Material for this task: Begin

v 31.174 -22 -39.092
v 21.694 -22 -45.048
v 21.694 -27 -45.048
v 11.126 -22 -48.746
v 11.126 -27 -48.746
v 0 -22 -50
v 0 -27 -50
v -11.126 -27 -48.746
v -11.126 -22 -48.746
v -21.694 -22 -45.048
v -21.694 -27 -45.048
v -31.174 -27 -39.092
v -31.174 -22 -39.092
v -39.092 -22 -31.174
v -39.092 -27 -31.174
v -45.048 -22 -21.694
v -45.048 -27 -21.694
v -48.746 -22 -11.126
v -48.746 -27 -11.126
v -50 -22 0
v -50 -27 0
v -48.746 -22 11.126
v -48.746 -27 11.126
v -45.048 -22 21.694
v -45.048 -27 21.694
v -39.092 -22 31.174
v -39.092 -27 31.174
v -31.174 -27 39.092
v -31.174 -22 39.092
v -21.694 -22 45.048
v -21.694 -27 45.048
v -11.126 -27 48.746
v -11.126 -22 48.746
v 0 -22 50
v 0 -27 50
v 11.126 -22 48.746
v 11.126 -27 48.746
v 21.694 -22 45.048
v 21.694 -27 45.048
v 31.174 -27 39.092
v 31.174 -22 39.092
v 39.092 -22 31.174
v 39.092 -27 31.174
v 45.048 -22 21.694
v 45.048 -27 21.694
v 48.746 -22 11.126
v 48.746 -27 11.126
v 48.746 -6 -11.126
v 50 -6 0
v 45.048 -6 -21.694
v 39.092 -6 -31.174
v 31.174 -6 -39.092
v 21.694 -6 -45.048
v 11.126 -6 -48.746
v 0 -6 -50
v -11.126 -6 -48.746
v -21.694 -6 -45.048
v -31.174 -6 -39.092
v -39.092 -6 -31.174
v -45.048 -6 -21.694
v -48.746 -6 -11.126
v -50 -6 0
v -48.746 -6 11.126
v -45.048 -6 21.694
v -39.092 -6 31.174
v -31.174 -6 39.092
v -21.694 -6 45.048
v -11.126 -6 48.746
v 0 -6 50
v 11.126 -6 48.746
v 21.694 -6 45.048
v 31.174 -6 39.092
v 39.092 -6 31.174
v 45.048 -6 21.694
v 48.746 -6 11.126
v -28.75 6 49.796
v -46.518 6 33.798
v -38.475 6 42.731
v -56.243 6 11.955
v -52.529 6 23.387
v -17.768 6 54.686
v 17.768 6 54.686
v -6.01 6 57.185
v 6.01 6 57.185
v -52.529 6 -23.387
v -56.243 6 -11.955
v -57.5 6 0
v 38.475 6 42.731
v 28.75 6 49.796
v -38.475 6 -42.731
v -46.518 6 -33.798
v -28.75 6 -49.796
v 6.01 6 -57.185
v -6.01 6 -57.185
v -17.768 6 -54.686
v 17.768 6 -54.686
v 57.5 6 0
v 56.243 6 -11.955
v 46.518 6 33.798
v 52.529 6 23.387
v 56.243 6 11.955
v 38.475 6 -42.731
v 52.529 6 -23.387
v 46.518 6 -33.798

Material for this task: End

* [What you will do]:
Make an exact copy of all the lines above.

* [Solution]:
v 31.174 -22 -39.092
v 21.694 -22 -45.048
v 21.694 -27 -45.048
v 11.126 -22 -48.746
v 11.126 -27 -48.746
v 0 -22 -50
v 0 -27 -50
v -11.126 -27 -48.746
v -11.126 -22 -48.746
v -21.694 -22 -45.048
v -21.694 -27 -45.048
v -31.174 -27 -39.092
v -31.174 -22 -39.092
v -39.092 -22 -31.174
v -39.092 -27 -31.174
v -45.048 -22 -21.694
v -45.048 -27 -21.694
v -48.746 -22 -11.126
v -48.746 -27 -11.126
v -50 -22 0
v -50 -27 0
v -48.746 -22 11.126
v -48.746 -27 11.126
v -45.048 -22 21.694
v -45.048 -27 21.694
v -39.092 -22 31.174
v -39.092 -27 31.174
v -31.174 -27 39.092
v -31.174 -22 39.092
v -21.694 -22 45.048
v -21.694 -27 45.048
v -11.126 -27 48.746
v -11.126 -22 48.746
v 0 -22 50
v 0 -27 50
v 11.126 -22 48.746
v 11.126 -27 48.746
v 21.694 -22 45.048
v 21.694 -27 45.048
v 31.174 -27 39.092
v 31.174 -22 39.092
v 39.092 -22 31.174
v 39.092 -27 31.174
v 45.048 -22 21.694
v 45.048 -27 21.694
v 48.746 -22 11.126
v 48.746 -27 11.126
v 48.746 -6 -11.126
v 50 -6 0
v 45.048 -6 -21.694
v 39.092 -6 -31.174
v 31.174 -6 -39.092
v 21.694 -6 -45.048
v 11.126 -6 -48.746
v 0 -6 -50
v -11.126 -6 -48.746
v -21.694 -6 -45.048
v -31.174 -6 -39.092
v -39.092 -6 -31.174
v -45.048 -6 -21.694
v -48.746 -6 -11.126
v -50 -6 0
v -48.746 -6 11.126
v -45.048 -6 21.694
v -39.092 -6 31.174
v -31.174 -6 39.092
v -21.694 -6 45.048
v -11.126 -6 48.746
v 0 -6 50
v 11.126 -6 48.746
v 21.694 -6 45.048
v 31.174 -6 39.092
v 39.092 -6 31.174
v 45.048 -6 21.694
v 48.746 -6 11.126
v -28.75 6 49.796
v -46.518 6 33.798
v -38.475 6 42.731
v -56.243 6 11.955
v -52.529 6 23.387
v -17.768 6 54.686
v 17.768 6 54.686
v -6.01 6 57.185
v 6.01 6 57.185
v -52.529 6 -23.387
v -56.243 6 -11.955
v -57.5 6 0
v 38.475 6 42.731
v 28.75 6 49.796
v -38.475 6 -42.731
v -46.518 6 -33.798
v -28.75 6 -49.796
v 6.01 6 -57.185
v -6.01 6 -57.185
v -17.768 6 -54.686
v 17.768 6 -54.686
v 57.5 6 0
v 56.243 6 -11.955
v 46.518 6 33.798
v 52.529 6 23.387
v 56.243 6 11.955
v 38.475 6 -42.731
v 52.529 6 -23.387
v 46.518 6 -33.798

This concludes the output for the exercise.